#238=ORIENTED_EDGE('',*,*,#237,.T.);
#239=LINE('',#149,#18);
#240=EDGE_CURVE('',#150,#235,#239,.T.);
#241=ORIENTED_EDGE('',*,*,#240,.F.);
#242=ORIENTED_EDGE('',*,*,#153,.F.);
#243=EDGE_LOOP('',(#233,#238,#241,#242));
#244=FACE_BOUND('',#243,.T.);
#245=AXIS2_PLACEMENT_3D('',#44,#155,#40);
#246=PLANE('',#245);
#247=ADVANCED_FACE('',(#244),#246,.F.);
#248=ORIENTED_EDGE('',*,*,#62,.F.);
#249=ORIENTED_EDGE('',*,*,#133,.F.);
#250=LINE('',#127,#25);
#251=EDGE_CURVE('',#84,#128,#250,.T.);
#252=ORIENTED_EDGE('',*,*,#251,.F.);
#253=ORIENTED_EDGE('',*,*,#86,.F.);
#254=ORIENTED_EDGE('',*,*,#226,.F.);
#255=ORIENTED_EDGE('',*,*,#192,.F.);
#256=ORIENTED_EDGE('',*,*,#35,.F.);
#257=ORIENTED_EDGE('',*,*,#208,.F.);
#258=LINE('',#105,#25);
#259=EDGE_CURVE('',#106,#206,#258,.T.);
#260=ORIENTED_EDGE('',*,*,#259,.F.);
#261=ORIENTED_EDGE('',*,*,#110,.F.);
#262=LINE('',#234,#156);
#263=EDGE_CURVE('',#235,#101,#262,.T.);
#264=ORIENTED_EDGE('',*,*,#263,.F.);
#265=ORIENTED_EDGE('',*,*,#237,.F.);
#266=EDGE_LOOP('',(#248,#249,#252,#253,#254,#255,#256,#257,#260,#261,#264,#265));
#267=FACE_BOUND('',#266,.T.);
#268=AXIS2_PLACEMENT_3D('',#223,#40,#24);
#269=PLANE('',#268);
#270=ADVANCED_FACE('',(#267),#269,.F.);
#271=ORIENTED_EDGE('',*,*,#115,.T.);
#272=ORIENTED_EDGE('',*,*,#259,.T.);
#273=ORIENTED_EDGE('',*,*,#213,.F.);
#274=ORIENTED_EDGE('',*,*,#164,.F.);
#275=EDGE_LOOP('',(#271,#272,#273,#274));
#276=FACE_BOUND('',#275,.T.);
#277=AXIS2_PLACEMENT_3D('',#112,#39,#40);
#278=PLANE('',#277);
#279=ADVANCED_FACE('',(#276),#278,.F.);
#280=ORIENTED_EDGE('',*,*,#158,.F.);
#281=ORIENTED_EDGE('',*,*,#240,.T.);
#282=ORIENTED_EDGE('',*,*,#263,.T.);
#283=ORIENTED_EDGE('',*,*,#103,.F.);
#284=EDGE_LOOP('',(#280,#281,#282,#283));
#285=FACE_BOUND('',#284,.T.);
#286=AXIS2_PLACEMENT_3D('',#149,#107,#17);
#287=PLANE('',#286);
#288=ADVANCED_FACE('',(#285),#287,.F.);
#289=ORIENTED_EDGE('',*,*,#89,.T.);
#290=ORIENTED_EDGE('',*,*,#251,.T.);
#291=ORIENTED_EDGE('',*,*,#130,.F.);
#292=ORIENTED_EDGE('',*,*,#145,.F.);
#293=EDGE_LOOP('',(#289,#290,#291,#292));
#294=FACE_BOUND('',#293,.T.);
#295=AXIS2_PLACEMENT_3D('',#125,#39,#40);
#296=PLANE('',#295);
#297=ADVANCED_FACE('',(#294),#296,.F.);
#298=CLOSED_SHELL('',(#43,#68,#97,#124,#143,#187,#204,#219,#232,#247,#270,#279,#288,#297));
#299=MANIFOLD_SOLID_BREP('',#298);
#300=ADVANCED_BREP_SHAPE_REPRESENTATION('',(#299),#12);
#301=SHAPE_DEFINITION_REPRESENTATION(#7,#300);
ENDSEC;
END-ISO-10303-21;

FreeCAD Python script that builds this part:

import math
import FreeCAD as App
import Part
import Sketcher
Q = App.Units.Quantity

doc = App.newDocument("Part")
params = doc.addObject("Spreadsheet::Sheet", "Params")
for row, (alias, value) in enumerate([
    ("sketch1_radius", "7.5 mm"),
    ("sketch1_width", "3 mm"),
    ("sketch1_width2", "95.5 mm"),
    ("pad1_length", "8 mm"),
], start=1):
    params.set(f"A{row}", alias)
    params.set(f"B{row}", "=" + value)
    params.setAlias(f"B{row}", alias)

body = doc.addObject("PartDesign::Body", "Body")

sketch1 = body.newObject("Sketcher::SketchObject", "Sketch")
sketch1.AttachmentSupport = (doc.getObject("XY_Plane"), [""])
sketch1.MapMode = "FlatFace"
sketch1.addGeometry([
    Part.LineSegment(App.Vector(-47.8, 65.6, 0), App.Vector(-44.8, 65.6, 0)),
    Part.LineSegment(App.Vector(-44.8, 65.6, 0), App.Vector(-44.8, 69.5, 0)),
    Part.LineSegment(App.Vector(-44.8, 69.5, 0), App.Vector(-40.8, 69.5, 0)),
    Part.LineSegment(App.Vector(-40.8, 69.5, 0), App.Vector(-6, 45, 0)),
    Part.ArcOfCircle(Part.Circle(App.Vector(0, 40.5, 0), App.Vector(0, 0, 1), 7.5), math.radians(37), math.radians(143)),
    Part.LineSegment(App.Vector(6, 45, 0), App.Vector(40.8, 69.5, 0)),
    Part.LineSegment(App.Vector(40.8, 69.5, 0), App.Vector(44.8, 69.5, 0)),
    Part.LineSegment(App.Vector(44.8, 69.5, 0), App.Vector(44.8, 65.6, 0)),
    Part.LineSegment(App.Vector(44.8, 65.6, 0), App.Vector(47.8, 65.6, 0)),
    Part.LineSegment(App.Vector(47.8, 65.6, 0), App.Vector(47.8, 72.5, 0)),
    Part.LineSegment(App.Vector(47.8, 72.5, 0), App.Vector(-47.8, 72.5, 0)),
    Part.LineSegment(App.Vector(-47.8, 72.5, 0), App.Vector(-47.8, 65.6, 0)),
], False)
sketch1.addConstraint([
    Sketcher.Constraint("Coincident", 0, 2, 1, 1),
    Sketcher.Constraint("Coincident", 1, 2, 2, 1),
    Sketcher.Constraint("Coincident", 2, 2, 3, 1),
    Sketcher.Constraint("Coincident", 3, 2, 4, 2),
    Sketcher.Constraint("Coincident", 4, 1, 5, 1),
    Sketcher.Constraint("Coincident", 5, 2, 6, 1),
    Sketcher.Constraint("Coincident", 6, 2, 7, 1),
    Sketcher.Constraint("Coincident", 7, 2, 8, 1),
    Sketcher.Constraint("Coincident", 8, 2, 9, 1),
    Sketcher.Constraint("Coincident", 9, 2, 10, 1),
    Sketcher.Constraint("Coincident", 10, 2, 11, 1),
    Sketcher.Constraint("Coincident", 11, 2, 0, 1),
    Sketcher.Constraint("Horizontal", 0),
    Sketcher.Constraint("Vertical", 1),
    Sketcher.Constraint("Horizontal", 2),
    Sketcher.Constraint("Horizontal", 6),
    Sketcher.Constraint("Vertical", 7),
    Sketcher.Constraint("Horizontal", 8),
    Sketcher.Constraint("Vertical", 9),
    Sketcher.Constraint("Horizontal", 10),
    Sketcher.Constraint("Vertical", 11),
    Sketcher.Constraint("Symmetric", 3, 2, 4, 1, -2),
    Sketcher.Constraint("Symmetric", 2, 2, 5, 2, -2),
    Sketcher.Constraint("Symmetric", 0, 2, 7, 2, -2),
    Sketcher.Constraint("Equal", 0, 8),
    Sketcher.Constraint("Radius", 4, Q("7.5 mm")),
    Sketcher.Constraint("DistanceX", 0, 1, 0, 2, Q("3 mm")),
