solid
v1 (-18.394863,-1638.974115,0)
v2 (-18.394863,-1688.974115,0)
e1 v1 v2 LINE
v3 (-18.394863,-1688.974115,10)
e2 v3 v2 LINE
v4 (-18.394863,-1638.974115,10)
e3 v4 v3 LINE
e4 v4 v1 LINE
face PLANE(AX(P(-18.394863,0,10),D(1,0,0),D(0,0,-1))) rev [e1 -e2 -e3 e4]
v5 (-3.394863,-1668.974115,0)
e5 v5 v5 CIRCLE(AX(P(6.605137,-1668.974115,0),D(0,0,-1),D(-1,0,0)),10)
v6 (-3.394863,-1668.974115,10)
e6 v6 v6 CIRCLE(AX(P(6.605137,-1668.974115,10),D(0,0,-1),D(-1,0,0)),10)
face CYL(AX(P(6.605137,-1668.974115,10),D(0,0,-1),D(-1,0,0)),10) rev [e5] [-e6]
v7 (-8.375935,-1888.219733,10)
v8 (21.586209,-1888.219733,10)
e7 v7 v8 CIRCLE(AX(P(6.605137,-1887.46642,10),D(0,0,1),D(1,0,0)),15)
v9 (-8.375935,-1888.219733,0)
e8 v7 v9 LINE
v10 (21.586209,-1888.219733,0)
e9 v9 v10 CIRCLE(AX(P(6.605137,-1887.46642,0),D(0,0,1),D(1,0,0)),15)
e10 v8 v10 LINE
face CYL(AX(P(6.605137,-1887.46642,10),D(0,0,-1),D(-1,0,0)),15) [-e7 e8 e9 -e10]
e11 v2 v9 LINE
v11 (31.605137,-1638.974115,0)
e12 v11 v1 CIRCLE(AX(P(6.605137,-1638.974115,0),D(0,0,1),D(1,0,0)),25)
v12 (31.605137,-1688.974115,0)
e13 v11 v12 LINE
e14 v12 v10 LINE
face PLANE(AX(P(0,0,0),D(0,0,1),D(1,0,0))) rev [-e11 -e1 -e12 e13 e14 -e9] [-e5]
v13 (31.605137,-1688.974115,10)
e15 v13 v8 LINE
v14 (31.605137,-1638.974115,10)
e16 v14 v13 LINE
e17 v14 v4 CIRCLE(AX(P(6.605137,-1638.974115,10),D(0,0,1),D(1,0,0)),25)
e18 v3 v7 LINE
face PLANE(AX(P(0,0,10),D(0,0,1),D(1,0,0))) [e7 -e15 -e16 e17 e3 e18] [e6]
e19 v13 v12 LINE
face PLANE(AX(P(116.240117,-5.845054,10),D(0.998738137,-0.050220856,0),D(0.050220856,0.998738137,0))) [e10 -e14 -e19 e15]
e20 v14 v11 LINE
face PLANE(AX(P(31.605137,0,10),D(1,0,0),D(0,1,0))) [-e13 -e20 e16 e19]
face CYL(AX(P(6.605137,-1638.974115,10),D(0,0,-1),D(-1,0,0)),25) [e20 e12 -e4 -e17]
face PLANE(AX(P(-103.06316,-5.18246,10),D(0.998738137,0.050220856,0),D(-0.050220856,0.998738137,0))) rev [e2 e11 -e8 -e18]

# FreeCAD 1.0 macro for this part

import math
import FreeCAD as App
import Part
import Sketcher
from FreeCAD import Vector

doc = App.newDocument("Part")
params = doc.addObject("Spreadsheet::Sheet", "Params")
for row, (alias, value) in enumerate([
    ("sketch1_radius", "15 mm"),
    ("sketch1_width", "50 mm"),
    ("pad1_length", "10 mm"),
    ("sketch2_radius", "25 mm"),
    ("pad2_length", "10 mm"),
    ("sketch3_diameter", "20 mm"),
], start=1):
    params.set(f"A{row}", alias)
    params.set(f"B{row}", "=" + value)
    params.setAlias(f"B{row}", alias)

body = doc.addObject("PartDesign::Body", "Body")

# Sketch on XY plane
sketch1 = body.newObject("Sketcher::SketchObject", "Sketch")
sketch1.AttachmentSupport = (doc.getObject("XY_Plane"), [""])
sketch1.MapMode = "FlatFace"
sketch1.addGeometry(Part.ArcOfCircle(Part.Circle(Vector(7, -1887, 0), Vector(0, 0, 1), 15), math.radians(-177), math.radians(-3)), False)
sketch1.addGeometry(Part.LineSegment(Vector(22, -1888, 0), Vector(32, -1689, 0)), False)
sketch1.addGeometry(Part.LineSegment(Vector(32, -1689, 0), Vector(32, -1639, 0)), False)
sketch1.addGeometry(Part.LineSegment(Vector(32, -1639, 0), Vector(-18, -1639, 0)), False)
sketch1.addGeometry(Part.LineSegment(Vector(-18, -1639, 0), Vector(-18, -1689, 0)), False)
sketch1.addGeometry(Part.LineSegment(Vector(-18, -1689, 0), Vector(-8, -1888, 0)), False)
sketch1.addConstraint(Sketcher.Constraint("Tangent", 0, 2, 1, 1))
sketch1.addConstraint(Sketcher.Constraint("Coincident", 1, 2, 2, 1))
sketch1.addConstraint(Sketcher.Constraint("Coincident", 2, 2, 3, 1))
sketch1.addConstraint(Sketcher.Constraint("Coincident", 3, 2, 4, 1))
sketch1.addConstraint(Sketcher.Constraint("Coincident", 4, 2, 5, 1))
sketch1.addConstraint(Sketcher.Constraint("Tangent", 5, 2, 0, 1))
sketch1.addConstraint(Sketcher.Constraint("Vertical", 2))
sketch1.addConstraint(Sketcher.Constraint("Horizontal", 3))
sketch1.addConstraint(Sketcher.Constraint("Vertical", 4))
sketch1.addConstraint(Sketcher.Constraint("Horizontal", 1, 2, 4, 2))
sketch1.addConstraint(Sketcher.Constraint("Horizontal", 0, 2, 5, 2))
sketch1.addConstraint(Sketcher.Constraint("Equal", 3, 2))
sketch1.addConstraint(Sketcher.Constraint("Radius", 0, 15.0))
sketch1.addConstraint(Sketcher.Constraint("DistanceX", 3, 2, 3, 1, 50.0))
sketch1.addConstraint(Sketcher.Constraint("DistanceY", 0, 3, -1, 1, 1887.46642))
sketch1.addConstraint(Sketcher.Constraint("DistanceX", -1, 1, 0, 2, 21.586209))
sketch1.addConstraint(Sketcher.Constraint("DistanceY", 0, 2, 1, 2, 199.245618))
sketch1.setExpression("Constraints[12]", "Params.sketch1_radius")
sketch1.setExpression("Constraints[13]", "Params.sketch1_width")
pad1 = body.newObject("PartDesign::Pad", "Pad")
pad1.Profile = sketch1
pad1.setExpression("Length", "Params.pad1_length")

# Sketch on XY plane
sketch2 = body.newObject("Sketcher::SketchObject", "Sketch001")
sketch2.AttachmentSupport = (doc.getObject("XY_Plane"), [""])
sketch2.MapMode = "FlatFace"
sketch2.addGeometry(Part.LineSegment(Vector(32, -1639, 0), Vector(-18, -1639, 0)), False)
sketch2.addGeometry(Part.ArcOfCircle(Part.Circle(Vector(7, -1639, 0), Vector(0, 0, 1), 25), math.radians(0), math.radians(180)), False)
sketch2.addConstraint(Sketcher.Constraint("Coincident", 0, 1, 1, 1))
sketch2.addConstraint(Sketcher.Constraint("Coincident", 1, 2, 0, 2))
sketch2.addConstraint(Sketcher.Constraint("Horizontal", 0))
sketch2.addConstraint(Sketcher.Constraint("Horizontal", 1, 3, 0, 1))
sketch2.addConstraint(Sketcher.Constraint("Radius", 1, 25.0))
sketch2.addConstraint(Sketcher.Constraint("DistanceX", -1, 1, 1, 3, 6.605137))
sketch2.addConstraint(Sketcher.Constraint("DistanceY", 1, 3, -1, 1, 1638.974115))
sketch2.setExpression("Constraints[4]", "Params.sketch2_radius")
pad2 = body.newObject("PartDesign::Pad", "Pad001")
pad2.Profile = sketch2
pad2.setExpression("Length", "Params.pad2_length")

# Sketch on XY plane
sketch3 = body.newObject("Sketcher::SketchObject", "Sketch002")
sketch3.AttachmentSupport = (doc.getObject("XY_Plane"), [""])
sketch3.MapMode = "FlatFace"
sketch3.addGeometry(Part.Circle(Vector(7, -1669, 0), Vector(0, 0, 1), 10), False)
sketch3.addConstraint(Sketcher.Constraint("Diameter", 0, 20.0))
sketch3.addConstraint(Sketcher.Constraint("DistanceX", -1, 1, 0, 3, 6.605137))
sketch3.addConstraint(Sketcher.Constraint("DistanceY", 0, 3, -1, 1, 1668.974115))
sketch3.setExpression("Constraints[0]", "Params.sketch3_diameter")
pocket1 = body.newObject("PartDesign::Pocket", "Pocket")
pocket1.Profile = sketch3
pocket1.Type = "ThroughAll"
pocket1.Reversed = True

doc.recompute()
==
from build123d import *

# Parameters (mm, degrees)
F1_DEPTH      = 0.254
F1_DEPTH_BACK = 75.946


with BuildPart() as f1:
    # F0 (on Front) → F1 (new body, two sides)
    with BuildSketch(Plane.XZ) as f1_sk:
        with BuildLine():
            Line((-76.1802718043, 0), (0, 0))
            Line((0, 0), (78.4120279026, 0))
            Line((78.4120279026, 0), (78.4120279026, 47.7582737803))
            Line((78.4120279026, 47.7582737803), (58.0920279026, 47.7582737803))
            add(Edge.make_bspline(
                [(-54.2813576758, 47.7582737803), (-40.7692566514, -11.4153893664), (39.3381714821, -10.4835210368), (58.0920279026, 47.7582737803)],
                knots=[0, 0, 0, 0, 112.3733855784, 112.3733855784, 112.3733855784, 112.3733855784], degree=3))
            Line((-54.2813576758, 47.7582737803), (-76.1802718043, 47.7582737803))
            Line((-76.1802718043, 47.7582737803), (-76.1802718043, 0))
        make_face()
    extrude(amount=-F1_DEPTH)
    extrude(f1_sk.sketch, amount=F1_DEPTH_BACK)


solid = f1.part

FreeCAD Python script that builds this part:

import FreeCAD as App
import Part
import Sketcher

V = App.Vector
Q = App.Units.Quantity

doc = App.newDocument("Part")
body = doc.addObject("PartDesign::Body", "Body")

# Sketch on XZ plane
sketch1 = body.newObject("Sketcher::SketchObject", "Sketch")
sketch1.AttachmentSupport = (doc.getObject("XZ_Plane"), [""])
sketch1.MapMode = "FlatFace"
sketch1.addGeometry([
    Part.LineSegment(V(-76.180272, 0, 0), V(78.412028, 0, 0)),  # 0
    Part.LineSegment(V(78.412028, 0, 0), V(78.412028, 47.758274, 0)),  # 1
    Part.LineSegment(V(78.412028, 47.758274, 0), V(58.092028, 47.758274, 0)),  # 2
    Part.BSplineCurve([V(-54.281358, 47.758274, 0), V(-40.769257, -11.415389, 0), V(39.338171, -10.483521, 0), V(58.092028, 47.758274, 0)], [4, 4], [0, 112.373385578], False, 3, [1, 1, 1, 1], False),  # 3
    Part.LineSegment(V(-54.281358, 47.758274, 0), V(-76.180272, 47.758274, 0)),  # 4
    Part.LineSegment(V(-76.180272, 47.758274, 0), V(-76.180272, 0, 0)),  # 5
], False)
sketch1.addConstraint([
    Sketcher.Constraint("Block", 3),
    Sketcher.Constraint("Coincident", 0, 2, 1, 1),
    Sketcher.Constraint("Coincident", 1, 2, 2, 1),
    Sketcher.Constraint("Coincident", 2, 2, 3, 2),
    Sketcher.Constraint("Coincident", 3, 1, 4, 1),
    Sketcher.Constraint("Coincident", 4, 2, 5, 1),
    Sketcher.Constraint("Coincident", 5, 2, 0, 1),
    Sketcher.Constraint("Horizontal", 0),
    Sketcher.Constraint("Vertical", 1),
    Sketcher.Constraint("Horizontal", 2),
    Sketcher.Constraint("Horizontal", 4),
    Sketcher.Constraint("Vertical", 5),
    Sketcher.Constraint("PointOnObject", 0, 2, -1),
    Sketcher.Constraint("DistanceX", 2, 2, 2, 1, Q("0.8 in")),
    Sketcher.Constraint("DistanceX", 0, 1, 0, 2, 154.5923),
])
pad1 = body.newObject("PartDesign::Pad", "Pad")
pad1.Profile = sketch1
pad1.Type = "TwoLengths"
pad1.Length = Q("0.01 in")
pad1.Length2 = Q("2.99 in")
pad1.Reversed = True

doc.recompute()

What you should do: Going back to the entries above, set down exactly the lines that begin at the one with "#238=ORIENTED_EDGE('',*,*,#237,.T.);" and end at the one with "#288=ADVANCED_FACE('',(#285),#287,.F.);", both included, and nothing else.

Problem solution:
#238=ORIENTED_EDGE('',*,*,#237,.T.);
#239=LINE('',#149,#18);
#240=EDGE_CURVE('',#150,#235,#239,.T.);
#241=ORIENTED_EDGE('',*,*,#240,.F.);
#242=ORIENTED_EDGE('',*,*,#153,.F.);
#243=EDGE_LOOP('',(#233,#238,#241,#242));
#244=FACE_BOUND('',#243,.T.);
#245=AXIS2_PLACEMENT_3D('',#44,#155,#40);
#246=PLANE('',#245);
#247=ADVANCED_FACE('',(#244),#246,.F.);
#248=ORIENTED_EDGE('',*,*,#62,.F.);
#249=ORIENTED_EDGE('',*,*,#133,.F.);
#250=LINE('',#127,#25);
#251=EDGE_CURVE('',#84,#128,#250,.T.);
#252=ORIENTED_EDGE('',*,*,#251,.F.);
#253=ORIENTED_EDGE('',*,*,#86,.F.);
#254=ORIENTED_EDGE('',*,*,#226,.F.);
#255=ORIENTED_EDGE('',*,*,#192,.F.);
#256=ORIENTED_EDGE('',*,*,#35,.F.);
#257=ORIENTED_EDGE('',*,*,#208,.F.);
#258=LINE('',#105,#25);
#259=EDGE_CURVE('',#106,#206,#258,.T.);
#260=ORIENTED_EDGE('',*,*,#259,.F.);
#261=ORIENTED_EDGE('',*,*,#110,.F.);
#262=LINE('',#234,#156);
#263=EDGE_CURVE('',#235,#101,#262,.T.);
#264=ORIENTED_EDGE('',*,*,#263,.F.);
#265=ORIENTED_EDGE('',*,*,#237,.F.);
#266=EDGE_LOOP('',(#248,#249,#252,#253,#254,#255,#256,#257,#260,#261,#264,#265));
#267=FACE_BOUND('',#266,.T.);
#268=AXIS2_PLACEMENT_3D('',#223,#40,#24);
#269=PLANE('',#268);
#270=ADVANCED_FACE('',(#267),#269,.F.);
#271=ORIENTED_EDGE('',*,*,#115,.T.);
#272=ORIENTED_EDGE('',*,*,#259,.T.);
#273=ORIENTED_EDGE('',*,*,#213,.F.);
#274=ORIENTED_EDGE('',*,*,#164,.F.);
#275=EDGE_LOOP('',(#271,#272,#273,#274));
#276=FACE_BOUND('',#275,.T.);
#277=AXIS2_PLACEMENT_3D('',#112,#39,#40);
#278=PLANE('',#277);
#279=ADVANCED_FACE('',(#276),#278,.F.);
#280=ORIENTED_EDGE('',*,*,#158,.F.);
#281=ORIENTED_EDGE('',*,*,#240,.T.);
#282=ORIENTED_EDGE('',*,*,#263,.T.);
#283=ORIENTED_EDGE('',*,*,#103,.F.);
#284=EDGE_LOOP('',(#280,#281,#282,#283));
#285=FACE_BOUND('',#284,.T.);
#286=AXIS2_PLACEMENT_3D('',#149,#107,#17);
#287=PLANE('',#286);
#288=ADVANCED_FACE('',(#285),#287,.F.);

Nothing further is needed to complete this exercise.